In patients (pts) with EGFR-mutant non-small cell lung cancer (NSCLC) progressing on EGFR tyrosine kinase inhibitors (TKIs), the most common (∼60%) resistance mechanism is EGFR T790M mutation followed by MET dysregulation. This multicenter, phase (Ph) 1b/2 study evaluated capmatinib plus nazartinib in pts with EGFR-mutant NSCLC (NCT02335944).

Methods

In Ph 2, stage IIIB/IV NSCLC pts (≥ 18 years; ECOG PS ≤ 1; activating EGFR mut [exon19del and/or L858R]) were treated at the recommended ph 2 dose (RP2D: capmatinib 400 mg twice daily + nazartinib 100 mg once daily). Efficacy and safety are reported for pretreated pts with EGFR TKI resistance, with any T790M/MET (Group 1) and treatment (tx)-naive pts with T790M-, any MET (Group 3). Efficacy was also evaluated as per MET status (MET+: IHC 3+ and/or gene copy number ≥ 4) for a pooled group of pretreated pts from Group 1 and those Ph 1 pts treated at RP2D (Group 1 + Ph 1b RP2D group).

Results

As of Feb 5, 2019, 52 and 47 pts were enrolled in groups 1 and 3, respectively. Group 1 + Ph 1b RP2D group enrolled 68 pts (66 had known MET status: 23 MET+, 43 MET-). Key baseline characteristics are shown in the table. The ORR (primary endpoint) was 28.8% in the pretreated Group 1, 61.7% in the tx-naïve Group 3, and 43.5% and 27.9% in the MET+ and MET- pts in the pretreated combined group, respectively (Table). Key secondary efficacy endpoints are shown in the table.
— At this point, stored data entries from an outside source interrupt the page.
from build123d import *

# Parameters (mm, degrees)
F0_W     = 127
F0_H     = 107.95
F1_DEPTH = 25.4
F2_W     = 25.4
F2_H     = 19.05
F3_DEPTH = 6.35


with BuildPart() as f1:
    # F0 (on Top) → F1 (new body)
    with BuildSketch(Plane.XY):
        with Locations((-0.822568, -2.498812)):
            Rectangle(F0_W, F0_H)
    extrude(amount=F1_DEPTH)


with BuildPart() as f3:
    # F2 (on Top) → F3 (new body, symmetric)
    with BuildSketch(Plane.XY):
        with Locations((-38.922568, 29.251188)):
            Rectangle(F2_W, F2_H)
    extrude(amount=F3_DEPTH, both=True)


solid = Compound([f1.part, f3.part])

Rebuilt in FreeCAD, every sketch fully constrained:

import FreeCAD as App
import Part
import Sketcher

V = App.Vector
Q = App.Units.Quantity


def add_polygon(sketch, points):
    """Adds a closed chain of lines whose ends are joined by coincident constraints."""
    first, n = sketch.GeometryCount, len(points)
    for a, b in zip(points, points[1:] + points[:1]):
        sketch.addGeometry(Part.LineSegment(App.Vector(*a, 0), App.Vector(*b, 0)), False)
    for i in range(n):
        sketch.addConstraint(Sketcher.Constraint("Coincident", first + i, 2, first + (i + 1) % n, 1))

doc = App.newDocument("Part")
body = doc.addObject("PartDesign::Body", "Body")

# Sketch on XY plane
sketch1 = body.newObject("Sketcher::SketchObject", "Sketch")
sketch1.AttachmentSupport = (doc.getObject("XY_Plane"), [""])
sketch1.MapMode = "FlatFace"
add_polygon(sketch1, [(-64.322568, 51.476188), (-64.322568, -56.473812), (62.677432, -56.473812), (62.677432, 51.476188)])  # lines 0-3
sketch1.addConstraint(Sketcher.Constraint("Vertical", 0))
sketch1.addConstraint(Sketcher.Constraint("Horizontal", 1))
sketch1.addConstraint(Sketcher.Constraint("Vertical", 2))
sketch1.addConstraint(Sketcher.Constraint("Horizontal", 3))
sketch1.addConstraint(Sketcher.Constraint("DistanceX", 1, 1, 1, 2, Q("5 in")))
sketch1.addConstraint(Sketcher.Constraint("DistanceY", 0, 2, 0, 1, Q("4.25 in")))
sketch1.addConstraint(Sketcher.Constraint("DistanceX", 0, 2, -1, 1, Q("64.322568 mm")))
sketch1.addConstraint(Sketcher.Constraint("DistanceY", 0, 2, -1, 1, Q("56.473812 mm")))
pad1 = body.newObject("PartDesign::Pad", "Pad")
pad1.Profile = sketch1
pad1.Length = Q("1 in")
body2 = doc.addObject("PartDesign::Body", "Body001")

# Sketch on XY plane
sketch2 = body2.newObject("Sketcher::SketchObject", "Sketch001")
sketch2.AttachmentSupport = (doc.getObject("XY_Plane001"), [""])
sketch2.MapMode = "FlatFace"
add_polygon(sketch2, [(-51.622568, 38.776188), (-51.622568, 19.726188), (-26.222568, 19.726188), (-26.222568, 38.776188)])  # lines 0-3
sketch2.addConstraint(Sketcher.Constraint("Vertical", 0))
sketch2.addConstraint(Sketcher.Constraint("Horizontal", 1))
sketch2.addConstraint(Sketcher.Constraint("Vertical", 2))
sketch2.addConstraint(Sketcher.Constraint("Horizontal", 3))
sketch2.addConstraint(Sketcher.Constraint("DistanceX", 1, 1, 1, 2, Q("1 in")))
sketch2.addConstraint(Sketcher.Constraint("DistanceY", 0, 2, 0, 1, Q("0.75 in")))
sketch2.addConstraint(Sketcher.Constraint("DistanceY", -1, 1, 0, 2, Q("19.726188 mm")))
sketch2.addConstraint(Sketcher.Constraint("DistanceX", 0, 2, -1, 1, Q("51.622568 mm")))
pad2 = body2.newObject("PartDesign::Pad", "Pad001")
pad2.Profile = sketch2
pad2.Length = Q("0.5 in")
pad2.Midplane = True

doc.recompute()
Most frequent (≥30%) any-grade tx-related adverse events (Group 1, 3) were peripheral edema (50%, 57.4%), nausea (42.3%, 48.9%) and diarrhea (23.1%, 46.8%).

Post-EGFR TKI Tx-naive
Group 1 N = 52 Group 1 + Ph 1b RP2D N = 68 N = 47
MET+ N = 23 MET- N = 43
Baseline characteristics
Caucasian, % 55.8 56.5 46.5 66
Never smokers, % 69.2 69.6 62.8 55.3
≥ 2 prior tx,% 32.7 43.5 30.2 --
Baseline central nervous system metastasis, % 36.5 26.1 37.2 27.7
Primary Efficacy Endpoint
ORR [95% CI], % 28.8 [17.1, 43.1] 43.5 [23.2, 65.5] 27.9 [15.3, 43.7] 61.7 [46.4, 75.5]
Secondary Efficacy Endpoints
Median DOR [95% CI], months 6.3 [3.7, 10.8] 6.3 [3.6, 10.8] 9.3 [3.7, 40.4] 11.6 [6.6, 14.3]
Median PFS [95% CI], months 5.6 [3.7, 7.4] 7.7 [5.4, 12.2] 5.4 [3.5, 6.4] 11.0 [7.6, 13.8]
Median OS [95% CI], months 18.8 [14.9, 21.7] 18.8 [14.0, 21.3] 17.2 [12.5, NE] NE [15.9, NE]

Conclusions

Efficacy observed in tx-naive pts (Group 3) does not seem to support addition of a MET inhibitor to EGFR TKI in MET unselected pts vs EGFR TKI alone. In MET+ pretreated pts, capmatinib plus nazartinib demonstrated clinically relevant efficacy and confirms the role of selective MET inhibition in this subset of post-EGFR TKI pts. Capmatinib plus nazartinib was well tolerated, with similar safety profile across the groups.

Clinical trial identification

NCT02335944.

Editorial acknowledgement

Editorial assistance was provided by Aarti Kamaraj (Novartis Healthcare Pvt. Ltd.).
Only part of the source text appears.